高齢者は免疫機能が低下しているため、肺炎球菌が肺へ侵入しやすくなり、肺炎にかかるリスクが高くなります。
また、糖尿病や心臓病などの持病がある方も免疫機能が低下しているので注意が必要です。
予防が大切です
肺炎球菌に対しての治療は抗菌薬を用いますが、一番大切なのは「予防する」ことです。
肺炎球菌ワクチンを打つと肺炎球菌感染症になりにくくなる以外に重症化しにくくなります。
そのため日本感染症学会や厚生労働省でも肺炎球菌ワクチンの接種を推奨しています。
肺炎球菌ワクチンについて
肺炎球菌には90種類ほどの型があります。
その中で、成人が感染しやすい23種類に対するワクチンが「ニューモバックスNP(23価肺炎球菌ワクチン)」、小児が感染しやすい13種類に対するワクチンが「プレベナー13(13価肺炎球菌結合型ワクチン)」です。
23価肺炎球菌ワクチンであるニューモバックスNPは、肺炎球菌を広くカバーできるものの効果が長続きしない特性があります。

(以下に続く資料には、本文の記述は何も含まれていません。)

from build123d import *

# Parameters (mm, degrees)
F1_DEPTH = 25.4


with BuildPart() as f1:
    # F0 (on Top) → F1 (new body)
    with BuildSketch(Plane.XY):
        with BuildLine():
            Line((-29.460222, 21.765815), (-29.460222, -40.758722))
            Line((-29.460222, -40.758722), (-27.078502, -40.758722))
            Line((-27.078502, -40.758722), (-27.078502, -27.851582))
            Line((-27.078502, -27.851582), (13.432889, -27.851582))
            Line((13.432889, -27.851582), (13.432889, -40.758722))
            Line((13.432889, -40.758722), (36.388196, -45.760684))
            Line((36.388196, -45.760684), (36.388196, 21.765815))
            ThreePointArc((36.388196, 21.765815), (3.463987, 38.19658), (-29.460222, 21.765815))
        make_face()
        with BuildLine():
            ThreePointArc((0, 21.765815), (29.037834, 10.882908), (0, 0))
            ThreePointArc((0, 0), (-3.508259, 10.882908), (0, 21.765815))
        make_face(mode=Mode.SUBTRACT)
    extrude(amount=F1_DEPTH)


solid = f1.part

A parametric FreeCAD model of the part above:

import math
import FreeCAD as App
import Part
import Sketcher

V = App.Vector
Q = App.Units.Quantity

doc = App.newDocument("Part")
params = doc.addObject("Spreadsheet::Sheet", "Params")
for row, (alias, value) in enumerate([
    ("pad1_length", "1 in"),
], start=1):
    params.set(f"A{row}", alias)
    params.set(f"B{row}", "=" + value)
    params.setAlias(f"B{row}", alias)

body = doc.addObject("PartDesign::Body", "Body")

# Sketch on XY plane
sketch1 = doc.addObject("Sketcher::SketchObject", "Sketch")
body.addObject(sketch1)
sketch1.AttachmentSupport = (doc.XY_Plane, [""])
sketch1.MapMode = "FlatFace"
sketch1.addGeometry(Part.LineSegment(V(-29.5, 21.8, 0), V(-29.5, -40.8, 0)), False)
sketch1.addGeometry(Part.LineSegment(V(-29.5, -40.8, 0), V(-27.1, -40.8, 0)), False)
sketch1.addGeometry(Part.LineSegment(V(-27.1, -40.8, 0), V(-27.1, -27.9, 0)), False)
sketch1.addGeometry(Part.LineSegment(V(-27.1, -27.9, 0), V(13.4, -27.9, 0)), False)
sketch1.addGeometry(Part.LineSegment(V(13.4, -27.9, 0), V(13.4, -40.8, 0)), False)
sketch1.addGeometry(Part.LineSegment(V(13.4, -40.8, 0), V(36.4, -45.8, 0)), False)
sketch1.addGeometry(Part.LineSegment(V(36.4, -45.8, 0), V(36.4, 21.8, 0)), False)
sketch1.addGeometry(Part.ArcOfCircle(Part.Circle(V(3.5, -3, 0), V(0, 0, 1), 41.2), math.radians(37), math.radians(143)), False)
sketch1.addGeometry(Part.ArcOfCircle(Part.Circle(V(15.1, 10.9, 0), V(0, 0, 1), 18.6), math.radians(144), math.radians(216)), False)
sketch1.addGeometry(Part.ArcOfCircle(Part.Circle(V(12.5, 10.9, 0), V(0, 0, 1), 16.6), math.radians(-139), math.radians(139)), False)
sketch1.addConstraint(Sketcher.Constraint("Coincident", 0, 2, 1, 1))
sketch1.addConstraint(Sketcher.Constraint("Coincident", 1, 2, 2, 1))
sketch1.addConstraint(Sketcher.Constraint("Coincident", 2, 2, 3, 1))
sketch1.addConstraint(Sketcher.Constraint("Coincident", 3, 2, 4, 1))
sketch1.addConstraint(Sketcher.Constraint("Coincident", 4, 2, 5, 1))
sketch1.addConstraint(Sketcher.Constraint("Coincident", 5, 2, 6, 1))
sketch1.addConstraint(Sketcher.Constraint("Coincident", 6, 2, 7, 1))
sketch1.addConstraint(Sketcher.Constraint("Coincident", 7, 2, 0, 1))
sketch1.addConstraint(Sketcher.Constraint("Coincident", 8, 1, 9, 2))
sketch1.addConstraint(Sketcher.Constraint("Coincident", 9, 1, 8, 2))
sketch1.addConstraint(Sketcher.Constraint("Vertical", 0))
sketch1.addConstraint(Sketcher.Constraint("Horizontal", 1))
sketch1.addConstraint(Sketcher.Constraint("Vertical", 2))
sketch1.addConstraint(Sketcher.Constraint("Horizontal", 3))
sketch1.addConstraint(Sketcher.Constraint("Vertical", 4))
sketch1.addConstraint(Sketcher.Constraint("Vertical", 6))
sketch1.addConstraint(Sketcher.Constraint("Coincident", 9, 1, -1, 1))
sketch1.addConstraint(Sketcher.Constraint("PointOnObject", 8, 1, -2))
sketch1.addConstraint(Sketcher.Constraint("Horizontal", 1, 2, 4, 2))
sketch1.addConstraint(Sketcher.Constraint("Horizontal", 6, 2, 7, 2))
sketch1.addConstraint(Sketcher.Constraint("Horizontal", 7, 2, 8, 1))
sketch1.addConstraint(Sketcher.Constraint("Radius", 7, 41.20239))
sketch1.addConstraint(Sketcher.Constraint("DistanceY", 6, 1, 6, 2, 67.526499))
sketch1.addConstraint(Sketcher.Constraint("Radius", 8, 18.633966))
sketch1.addConstraint(Sketcher.Constraint("Radius", 9, 16.558285))
sketch1.addConstraint(Sketcher.Constraint("DistanceY", 7, 3, 8, 3, Q("0.5467999 in")))
sketch1.addConstraint(Sketcher.Constraint("DistanceX", 1, 1, 1, 2, 2.38172))
sketch1.addConstraint(Sketcher.Constraint("DistanceX", 3, 1, 3, 2, 40.511391))
sketch1.addConstraint(Sketcher.Constraint("DistanceY", 2, 1, 2, 2, 12.90714))
sketch1.addConstraint(Sketcher.Constraint("DistanceY", 5, 2, 3, 2, 17.909102))
sketch1.addConstraint(Sketcher.Constraint("Distance", 5, 23.493951))
sketch1.addConstraint(Sketcher.Constraint("DistanceX", -1, 1, 3, 2, 13.432889))
pad1 = doc.addObject("PartDesign::Pad", "Pad")
body.addObject(pad1)
pad1.Profile = sketch1
pad1.setExpression("Length", "Params.pad1_length")

doc.recompute()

13価肺炎球菌結合型ワクチンであるプレベナー13は、カバーはそこまで広くない(それでも主要なものは大体カバーできています)ものの、13種類の菌に対する免疫を獲得でき、効果を持続させることが期待できます。
これらワクチンはどちらかを選びましょうというわけではありません。
どちらも接種したほうがいいとされています。
それぞれの働きが違うので、両方を接種して肺炎球菌に対する対策を万全にすることができます。
注意点
ただし、このワクチンは両方を同時に接種することはできず、一定期間空ける必要があります。

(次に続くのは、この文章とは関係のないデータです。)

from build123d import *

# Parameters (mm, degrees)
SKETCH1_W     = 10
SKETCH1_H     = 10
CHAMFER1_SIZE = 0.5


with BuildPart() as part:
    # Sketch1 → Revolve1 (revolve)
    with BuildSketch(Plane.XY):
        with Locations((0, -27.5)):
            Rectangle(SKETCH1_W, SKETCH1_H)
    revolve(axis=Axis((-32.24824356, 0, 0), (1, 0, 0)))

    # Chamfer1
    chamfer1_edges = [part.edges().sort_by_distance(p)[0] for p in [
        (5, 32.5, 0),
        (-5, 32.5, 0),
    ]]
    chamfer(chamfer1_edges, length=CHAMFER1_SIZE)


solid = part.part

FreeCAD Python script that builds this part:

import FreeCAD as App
import Part
import Sketcher
Q = App.Units.Quantity


def edges_at(feature, points):
    """Names of the edges that pass closest to the given points."""
    edges = feature.Shape.Edges
    near = lambda p: min(range(len(edges)), key=lambda i: edges[i].distToShape(Part.Vertex(*p))[0])
    return sorted({f"Edge{near(p) + 1}" for p in points})


def add_polygon(sketch, points):
    """Adds a closed chain of lines whose ends are joined by coincident constraints."""
    first, n = sketch.GeometryCount, len(points)
    for a, b in zip(points, points[1:] + points[:1]):
        sketch.addGeometry(Part.LineSegment(App.Vector(*a, 0), App.Vector(*b, 0)), False)
    for i in range(n):
        sketch.addConstraint(Sketcher.Constraint("Coincident", first + i, 2, first + (i + 1) % n, 1))

doc = App.newDocument("Part")
params = doc.addObject("Spreadsheet::Sheet", "Params")
for row, (alias, value) in enumerate([
    ("sketch1_width", "10 mm"),
    ("revolution_angle", "360 deg"),
    ("chamfer_size", "0.5 mm"),
], start=1):
    params.set(f"A{row}", alias)
    params.set(f"B{row}", "=" + value)
    params.setAlias(f"B{row}", alias)

body = doc.addObject("PartDesign::Body", "Body")

sketch1 = doc.addObject("Sketcher::SketchObject", "Sketch")
body.addObject(sketch1)
sketch1.AttachmentSupport = (doc.XY_Plane, [""])
sketch1.MapMode = "FlatFace"
add_polygon(sketch1, [(-5, -22), (-5, -32), (5, -32), (5, -22)])
sketch1.addConstraint([
    Sketcher.Constraint("Vertical", 0),
    Sketcher.Constraint("Horizontal", 1),
    Sketcher.Constraint("Vertical", 2),
    Sketcher.Constraint("Horizontal", 3),
    Sketcher.Constraint("Equal", 3, 0),
    Sketcher.Constraint("DistanceX", 1, 1, 1, 2, Q("10 mm")),
    Sketcher.Constraint("DistanceX", 0, 2, -1, 1, Q("5 mm")),
    Sketcher.Constraint("DistanceY", 0, 2, -1, 1, Q("32.5 mm")),
])
sketch1.setExpression("Constraints[9]", "Params.sketch1_width")
revolution = doc.addObject("PartDesign::Revolution", "Revolution")
body.addObject(revolution)
revolution.Profile = sketch1
revolution.ReferenceAxis = (sketch1, ["H_Axis"])
revolution.setExpression("Angle", "Params.revolution_angle")
doc.recompute()

chamfer = doc.addObject("PartDesign::Chamfer", "Chamfer")
body.addObject(chamfer)
chamfer.Base = (revolution, edges_at(revolution, [(5, 32.5, 0), (-5, 32.5, 0)]))
chamfer.setExpression("Size", "Params.chamfer_size")

doc.recompute()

現在各自治体では肺炎球菌ワクチンに対する助成があります。
逗子市・葉山町ではその年に満65歳になる方に対して生涯で1度だけニューモバックスNP接種時に助成が出て、
3,000円の自己負担金で接種できることになっています。
(65歳の誕生日から66歳の誕生日前日まで)
※これまでは65歳で定期接種の機会を逃してしまった方も、70歳以降に「経過措置」として定期接種を受けることができましたが、経過措置は令和5年度(令和7年3月31日)で終了しました。
ただし過去に自費公費問わずニューモバックスNPを接種したことがある方は助成の対象にはならないのでご注意ください。
一方、プレベナー13は助成がないため自費での接種になります。
このように接種する状況は人それぞれありますので、接種ご希望の際はどちらから接種したほうがいいか、どのようなスケジュールで行った方がいいか、ご相談ください。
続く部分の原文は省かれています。